Actualy I know a tech that will rupture vital organs.
Sean


----------



## jkd friend (Oct 5, 2006)

Odin said:


> well ermmm its because if you went around telling everyone then it wouldnt be a secret would it duhhh! ( :


 
Well, yeah bbbbbububbbut man! you no what I mean!!!!!!!!!


----------



## Andrew Green (Oct 5, 2006)

Touch Of Death said:


> Actualy I know a tech that will rupture vital organs.
> Sean



Which leads to the obvious question, How do you know it works?


----------



## zDom (Oct 5, 2006)

Andrew Green said:


> Which leads to the obvious question, How do you know it works?




Not saying I "know" that it works and I don't train this specific skill, but:

I've seen somebody break only the bottom or a middle brick in a stack of red house bricks by striking the top brick.

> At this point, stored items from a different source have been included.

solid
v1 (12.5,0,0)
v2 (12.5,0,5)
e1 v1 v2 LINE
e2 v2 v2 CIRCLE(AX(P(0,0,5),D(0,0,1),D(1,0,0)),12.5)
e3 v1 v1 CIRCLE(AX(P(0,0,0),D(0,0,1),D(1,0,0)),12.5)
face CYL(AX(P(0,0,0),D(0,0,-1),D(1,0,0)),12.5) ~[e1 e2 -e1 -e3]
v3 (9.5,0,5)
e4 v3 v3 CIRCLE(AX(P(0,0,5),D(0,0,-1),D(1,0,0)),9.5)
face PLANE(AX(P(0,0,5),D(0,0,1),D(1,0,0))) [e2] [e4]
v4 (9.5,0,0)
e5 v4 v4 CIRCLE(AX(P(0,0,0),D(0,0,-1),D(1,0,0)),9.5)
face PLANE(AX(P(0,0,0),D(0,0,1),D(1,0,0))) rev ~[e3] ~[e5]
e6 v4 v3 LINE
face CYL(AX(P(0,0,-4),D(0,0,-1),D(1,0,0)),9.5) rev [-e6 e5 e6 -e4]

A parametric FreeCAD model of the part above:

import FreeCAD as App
import Part
import Sketcher

V = App.Vector

doc = App.newDocument("Part")
body = doc.addObject("PartDesign::Body", "Body")

sketch1 = body.newObject("Sketcher::SketchObject", "Sketch")
sketch1.AttachmentSupport = (doc.getObject("XY_Plane"), [""])
sketch1.MapMode = "FlatFace"
sketch1.AttachmentOffset = App.Placement(V(0, 0, -4), App.Rotation())
sketch1.addGeometry(Part.Circle(V(0, 0, 0), V(0, 0, 1), 10), False)
sketch1.addConstraint([
    Sketcher.Constraint("Coincident", 0, 3, -1, 1),
    Sketcher.Constraint("Diameter", 0, 19.0),
])
pad1 = body.newObject("PartDesign::Pad", "Pad")
pad1.Profile = sketch1
pad1.Length = 15
body2 = doc.addObject("PartDesign::Body", "Body001")

sketch2 = body2.newObject("Sketcher::SketchObject", "Sketch001")
sketch2.AttachmentSupport = (doc.getObject("XY_Plane001"), [""])
sketch2.MapMode = "FlatFace"
sketch2.addGeometry(Part.Circle(V(0, 0, 0), V(0, 0, 1), 12), False)
sketch2.addConstraint([
    Sketcher.Constraint("Coincident", 0, 3, -1, 1),
    Sketcher.Constraint("Diameter", 0, 25.0),
])
pad2 = body2.newObject("PartDesign::Pad", "Pad001")
pad2.Profile = sketch2
pad2.Length = 5
doc.recompute()

boolean = body2.newObject("PartDesign::Boolean", "Boolean")
boolean.Type = "Cut"
boolean.addObjects([body])

doc.recompute()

I have observed that strikes, depending on their speed, can either "push" or "penetrate."

The above example seems to indicate the ability to transmit force below the surface -- presumably to an inner organ.

So I don't know about "exploding livers," but rupturing an organ seems plausible in this way.

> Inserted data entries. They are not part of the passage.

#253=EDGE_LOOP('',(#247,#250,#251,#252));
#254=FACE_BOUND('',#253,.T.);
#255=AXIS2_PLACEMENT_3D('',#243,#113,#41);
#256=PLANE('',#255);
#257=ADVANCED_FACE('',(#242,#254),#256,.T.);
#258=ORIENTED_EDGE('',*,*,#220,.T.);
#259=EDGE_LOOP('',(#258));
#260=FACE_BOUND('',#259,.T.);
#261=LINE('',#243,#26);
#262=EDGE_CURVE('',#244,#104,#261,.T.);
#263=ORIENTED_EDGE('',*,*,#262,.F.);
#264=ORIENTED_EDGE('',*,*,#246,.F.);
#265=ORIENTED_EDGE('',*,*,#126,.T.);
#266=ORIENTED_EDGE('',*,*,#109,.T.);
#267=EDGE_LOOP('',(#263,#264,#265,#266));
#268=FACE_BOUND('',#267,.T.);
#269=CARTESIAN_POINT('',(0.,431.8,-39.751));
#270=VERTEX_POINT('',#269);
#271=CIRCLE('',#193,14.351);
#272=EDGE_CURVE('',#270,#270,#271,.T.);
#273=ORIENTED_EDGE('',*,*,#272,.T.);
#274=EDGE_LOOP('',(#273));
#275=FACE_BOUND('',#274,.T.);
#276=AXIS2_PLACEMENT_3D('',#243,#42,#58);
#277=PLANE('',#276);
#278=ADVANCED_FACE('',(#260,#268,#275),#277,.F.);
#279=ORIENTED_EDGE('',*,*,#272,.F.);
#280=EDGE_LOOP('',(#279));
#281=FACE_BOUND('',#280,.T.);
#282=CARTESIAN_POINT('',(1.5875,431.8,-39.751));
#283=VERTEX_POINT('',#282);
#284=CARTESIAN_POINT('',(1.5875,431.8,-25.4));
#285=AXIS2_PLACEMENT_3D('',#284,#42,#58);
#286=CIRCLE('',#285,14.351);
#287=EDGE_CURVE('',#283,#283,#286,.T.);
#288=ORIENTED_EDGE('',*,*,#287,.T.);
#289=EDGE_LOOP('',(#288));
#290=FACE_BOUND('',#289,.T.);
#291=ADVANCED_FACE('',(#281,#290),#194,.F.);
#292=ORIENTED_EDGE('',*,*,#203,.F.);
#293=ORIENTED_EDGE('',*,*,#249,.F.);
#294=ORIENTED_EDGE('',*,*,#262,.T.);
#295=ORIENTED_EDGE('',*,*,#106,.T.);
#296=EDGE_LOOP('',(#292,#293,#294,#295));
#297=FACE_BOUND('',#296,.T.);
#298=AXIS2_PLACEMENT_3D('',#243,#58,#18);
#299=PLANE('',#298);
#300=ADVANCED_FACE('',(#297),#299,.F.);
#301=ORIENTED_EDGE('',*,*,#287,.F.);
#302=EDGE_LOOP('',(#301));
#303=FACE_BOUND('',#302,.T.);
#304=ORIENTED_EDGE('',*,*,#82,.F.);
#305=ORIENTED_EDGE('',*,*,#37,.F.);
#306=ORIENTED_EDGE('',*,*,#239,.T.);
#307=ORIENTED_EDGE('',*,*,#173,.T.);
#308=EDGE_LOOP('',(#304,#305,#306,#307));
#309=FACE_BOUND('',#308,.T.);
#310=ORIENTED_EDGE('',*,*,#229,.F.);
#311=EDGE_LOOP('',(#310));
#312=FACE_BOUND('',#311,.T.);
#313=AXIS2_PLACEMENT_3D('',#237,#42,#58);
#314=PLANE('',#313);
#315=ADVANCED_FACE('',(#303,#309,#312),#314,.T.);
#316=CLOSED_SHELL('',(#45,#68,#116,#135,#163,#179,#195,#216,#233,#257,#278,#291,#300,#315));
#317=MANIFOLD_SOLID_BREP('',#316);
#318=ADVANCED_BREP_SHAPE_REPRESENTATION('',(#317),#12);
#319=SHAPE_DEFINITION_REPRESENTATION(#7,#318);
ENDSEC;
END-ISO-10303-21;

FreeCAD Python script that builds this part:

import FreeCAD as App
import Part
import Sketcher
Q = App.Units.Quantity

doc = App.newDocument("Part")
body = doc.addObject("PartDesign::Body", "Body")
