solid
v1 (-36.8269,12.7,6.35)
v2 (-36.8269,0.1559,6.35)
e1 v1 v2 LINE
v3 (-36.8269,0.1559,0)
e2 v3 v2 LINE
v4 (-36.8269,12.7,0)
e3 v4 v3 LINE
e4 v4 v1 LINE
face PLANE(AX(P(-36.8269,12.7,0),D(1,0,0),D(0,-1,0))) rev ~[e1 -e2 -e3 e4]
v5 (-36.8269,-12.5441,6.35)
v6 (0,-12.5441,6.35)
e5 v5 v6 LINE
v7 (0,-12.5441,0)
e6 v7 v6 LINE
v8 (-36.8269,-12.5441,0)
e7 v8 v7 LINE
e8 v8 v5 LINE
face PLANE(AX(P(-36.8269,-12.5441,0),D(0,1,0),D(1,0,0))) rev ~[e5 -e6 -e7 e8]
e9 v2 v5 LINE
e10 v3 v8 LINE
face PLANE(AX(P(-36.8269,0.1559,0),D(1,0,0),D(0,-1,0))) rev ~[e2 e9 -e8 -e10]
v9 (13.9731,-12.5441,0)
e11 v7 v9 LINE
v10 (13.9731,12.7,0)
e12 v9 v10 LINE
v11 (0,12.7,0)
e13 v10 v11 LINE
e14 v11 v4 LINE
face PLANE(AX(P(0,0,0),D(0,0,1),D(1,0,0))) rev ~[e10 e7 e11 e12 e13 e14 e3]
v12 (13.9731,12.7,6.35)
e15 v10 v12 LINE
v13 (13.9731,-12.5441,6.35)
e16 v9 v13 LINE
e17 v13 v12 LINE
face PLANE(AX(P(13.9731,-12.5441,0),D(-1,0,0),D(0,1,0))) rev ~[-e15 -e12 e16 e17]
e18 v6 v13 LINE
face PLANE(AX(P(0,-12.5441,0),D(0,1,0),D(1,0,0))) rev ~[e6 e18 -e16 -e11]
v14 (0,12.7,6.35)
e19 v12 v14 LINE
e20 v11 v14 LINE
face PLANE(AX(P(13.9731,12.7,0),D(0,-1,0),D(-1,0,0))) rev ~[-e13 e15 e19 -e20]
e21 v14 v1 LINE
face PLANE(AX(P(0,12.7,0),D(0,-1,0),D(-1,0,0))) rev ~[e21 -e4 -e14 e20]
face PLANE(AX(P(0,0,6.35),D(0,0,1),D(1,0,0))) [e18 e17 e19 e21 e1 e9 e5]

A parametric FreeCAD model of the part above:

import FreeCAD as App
import Part
import Sketcher
from FreeCAD import Vector
Q = App.Units.Quantity

doc = App.newDocument("Part")
body = doc.addObject("PartDesign::Body", "Body")

# Sketch on XY plane
sketch1 = body.newObject("Sketcher::SketchObject", "Sketch")
sketch1.AttachmentSupport = (doc.getObject("XY_Plane"), [""])
sketch1.MapMode = "FlatFace"
sketch1.addGeometry([
    Part.LineSegment(Vector(-37, 13, 0), Vector(-37, -13, 0)),
    Part.LineSegment(Vector(-37, -13, 0), Vector(14, -13, 0)),
    Part.LineSegment(Vector(14, -13, 0), Vector(14, 13, 0)),
    Part.LineSegment(Vector(14, 13, 0), Vector(-37, 13, 0)),
], False)
sketch1.addConstraint([
    Sketcher.Constraint("Coincident", 0, 2, 1, 1),
    Sketcher.Constraint("Coincident", 1, 2, 2, 1),
    Sketcher.Constraint("Coincident", 2, 2, 3, 1),
    Sketcher.Constraint("Coincident", 3, 2, 0, 1),
    Sketcher.Constraint("Vertical", 0),
    Sketcher.Constraint("Horizontal", 1),
    Sketcher.Constraint("Vertical", 2),
    Sketcher.Constraint("Horizontal", 3),
    Sketcher.Constraint("DistanceX", 1, 1, 1, 2, Q("2 in")),
    Sketcher.Constraint("DistanceY", -1, 1, 2, 2, Q("0.5 in")),
    Sketcher.Constraint("DistanceY", 0, 2, 0, 1, 25.244),
    Sketcher.Constraint("DistanceX", 0, 2, -1, 1, 36.827),
])
pad1 = body.newObject("PartDesign::Pad", "Pad")
pad1.Profile = sketch1
pad1.Length = Q("0.25 in")

doc.recompute()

Of course, a hard enough strike can do so. I probably have told this story before, but there was a guy, Roger Stamp, who in the late '70s/early '80s sidekicked another fellow student, last name of Compas (I worked out with his son, Darren) hard enough to dislodge an organ. I think it was his liver.

He turned pale and my instructor, who was there at the time as a student, said he was going to call an ambulance. Mr. Compas said "NO! Don't! I'm OK!"

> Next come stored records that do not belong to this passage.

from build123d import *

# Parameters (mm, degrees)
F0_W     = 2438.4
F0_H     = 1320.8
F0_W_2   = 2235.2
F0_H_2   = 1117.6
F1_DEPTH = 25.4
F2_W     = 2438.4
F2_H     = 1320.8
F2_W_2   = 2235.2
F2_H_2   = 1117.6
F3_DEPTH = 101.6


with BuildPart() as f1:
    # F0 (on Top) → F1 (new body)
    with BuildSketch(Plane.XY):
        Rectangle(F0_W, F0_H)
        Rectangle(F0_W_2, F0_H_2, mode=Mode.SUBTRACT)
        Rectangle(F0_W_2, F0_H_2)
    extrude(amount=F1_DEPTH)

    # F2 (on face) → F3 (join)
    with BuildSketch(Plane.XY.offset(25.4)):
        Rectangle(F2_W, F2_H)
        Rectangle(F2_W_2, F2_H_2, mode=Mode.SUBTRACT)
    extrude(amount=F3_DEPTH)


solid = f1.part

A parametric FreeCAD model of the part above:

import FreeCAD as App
import Part
import Sketcher

V = App.Vector
Q = App.Units.Quantity


def add_polygon(sketch, points):
    """Adds a closed chain of lines whose ends are joined by coincident constraints."""
    first, n = sketch.GeometryCount, len(points)
    for a, b in zip(points, points[1:] + points[:1]):
        sketch.addGeometry(Part.LineSegment(App.Vector(*a, 0), App.Vector(*b, 0)), False)
    for i in range(n):
        sketch.addConstraint(Sketcher.Constraint("Coincident", first + i, 2, first + (i + 1) % n, 1))

doc = App.newDocument("Part")
params = doc.addObject("Spreadsheet::Sheet", "Params")
for row, (alias, value) in enumerate([
    ("sketch1_width", "96 in"),
    ("sketch1_height", "52 in"),
    ("pad1_length", "1 in"),
    ("sketch2_width", "96 in"),
    ("sketch2_width2", "88 in"),
    ("sketch2_height", "52 in"),
    ("sketch2_height2", "44 in"),
    ("pad2_length", "4 in"),
], start=1):
    params.set(f"A{row}", alias)
    params.set(f"B{row}", "=" + value)
    params.setAlias(f"B{row}", alias)

body = doc.addObject("PartDesign::Body", "Body")

# Sketch on XY plane
sketch1 = body.newObject("Sketcher::SketchObject", "Sketch")
sketch1.AttachmentSupport = (doc.getObject("XY_Plane"), [""])
sketch1.MapMode = "FlatFace"
add_polygon(sketch1, [(-1219, 660), (-1219, -660), (1219, -660), (1219, 660)])  # lines 0-3
sketch1.addConstraint([
    Sketcher.Constraint("Vertical", 0),
    Sketcher.Constraint("Horizontal", 1),
    Sketcher.Constraint("Vertical", 2),
    Sketcher.Constraint("Horizontal", 3),
    Sketcher.Constraint("Symmetric", 0, 2, 2, 2, -1, 1),
    Sketcher.Constraint("DistanceX", 1, 1, 1, 2, Q("96 in")),
    Sketcher.Constraint("DistanceY", 0, 2, 0, 1, Q("52 in")),
])
sketch1.setExpression("Constraints[9]", "Params.sketch1_width")
sketch1.setExpression("Constraints[10]", "Params.sketch1_height")
pad1 = body.newObject("PartDesign::Pad", "Pad")
pad1.Profile = sketch1
pad1.setExpression("Length", "Params.pad1_length")

# Sketch on XY plane
sketch2 = body.newObject("Sketcher::SketchObject", "Sketch001")
sketch2.AttachmentSupport = (doc.getObject("XY_Plane"), [""])
sketch2.MapMode = "FlatFace"
sketch2.AttachmentOffset = App.Placement(V(0, 0, 1 * 25.4), App.Rotation())
add_polygon(sketch2, [(-1219, 660), (-1219, -660), (1219, -660), (1219, 660)])  # lines 0-3
add_polygon(sketch2, [(1118, -559), (-1118, -559), (-1118, 559), (1118, 559)])  # lines 4-7
sketch2.addConstraint([
    Sketcher.Constraint("Vertical", 0),
    Sketcher.Constraint("Horizontal", 1),
    Sketcher.Constraint("Vertical", 2),
    Sketcher.Constraint("Horizontal", 3),
    Sketcher.Constraint("Horizontal", 4),
    Sketcher.Constraint("Vertical", 5),
    Sketcher.Constraint("Horizontal", 6),
    Sketcher.Constraint("Vertical", 7),
    Sketcher.Constraint("Symmetric", 0, 2, 2, 2, -1, 1),
    Sketcher.Constraint("Symmetric", 4, 2, 6, 2, -1, 1),
    Sketcher.Constraint("DistanceX", 1, 1, 1, 2, Q("96 in")),
    Sketcher.Constraint("DistanceX", 4, 2, 4, 1, Q("88 in")),
    Sketcher.Constraint("DistanceY", 0, 2, 0, 1, Q("52 in")),
    Sketcher.Constraint("DistanceY", 5, 1, 5, 2, Q("44 in")),
])
sketch2.setExpression("Constraints[18]", "Params.sketch2_width")
sketch2.setExpression("Constraints[19]", "Params.sketch2_width2")
sketch2.setExpression("Constraints[20]", "Params.sketch2_height")
sketch2.setExpression("Constraints[21]", "Params.sketch2_height2")
pad2 = body.newObject("PartDesign::Pad", "Pad001")
pad2.Profile = sketch2
pad2.setExpression("Length", "Params.pad2_length")

doc.recompute()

My instructor said, "If you can stand up, I won't call the ambulance."

He wasn't able to, and the rest is histor....er.. no video tape....

so the rest is "legend."


----------



## matt.m (Oct 5, 2006)

zDom said:


> Not saying I "know" that it works and I don't train this specific skill, but:
> 
> I've seen somebody break only the bottom or a middle brick in a stack of red house bricks by striking the top brick.
> 
> ...


 

Steve Compass was the guys name.  As a side note, Steve is the only MSK Hapkido honorary black belt given by GM Park to my knowledge.  Anyway, theres more than that that dad could tell you about.  However it would all be considered legend since there is not a video tape record of this stuff. :erg:


----------



## Rook (Oct 5, 2006)

zDom said:


> Not saying I "know" that it works and I don't train this specific skill, but:
> 
> I've seen somebody break only the bottom or a middle brick in a stack of red house bricks by striking the top brick.
> 
> ...


 
I actually don't find the brick breaking hard to believe.  A magician with no martial arts experiance did the same thing when I was a kid, letting kids from the audience come up one by one and pick a break, and he would break only that one by slapping the top of the appropriate stack.  There are a number of people who do this in order to recruit for their school, and from my understanding, despite Frank Dux being a general fake at everything else, he is apparently able to do this trick with sufficiently brittle bricks.  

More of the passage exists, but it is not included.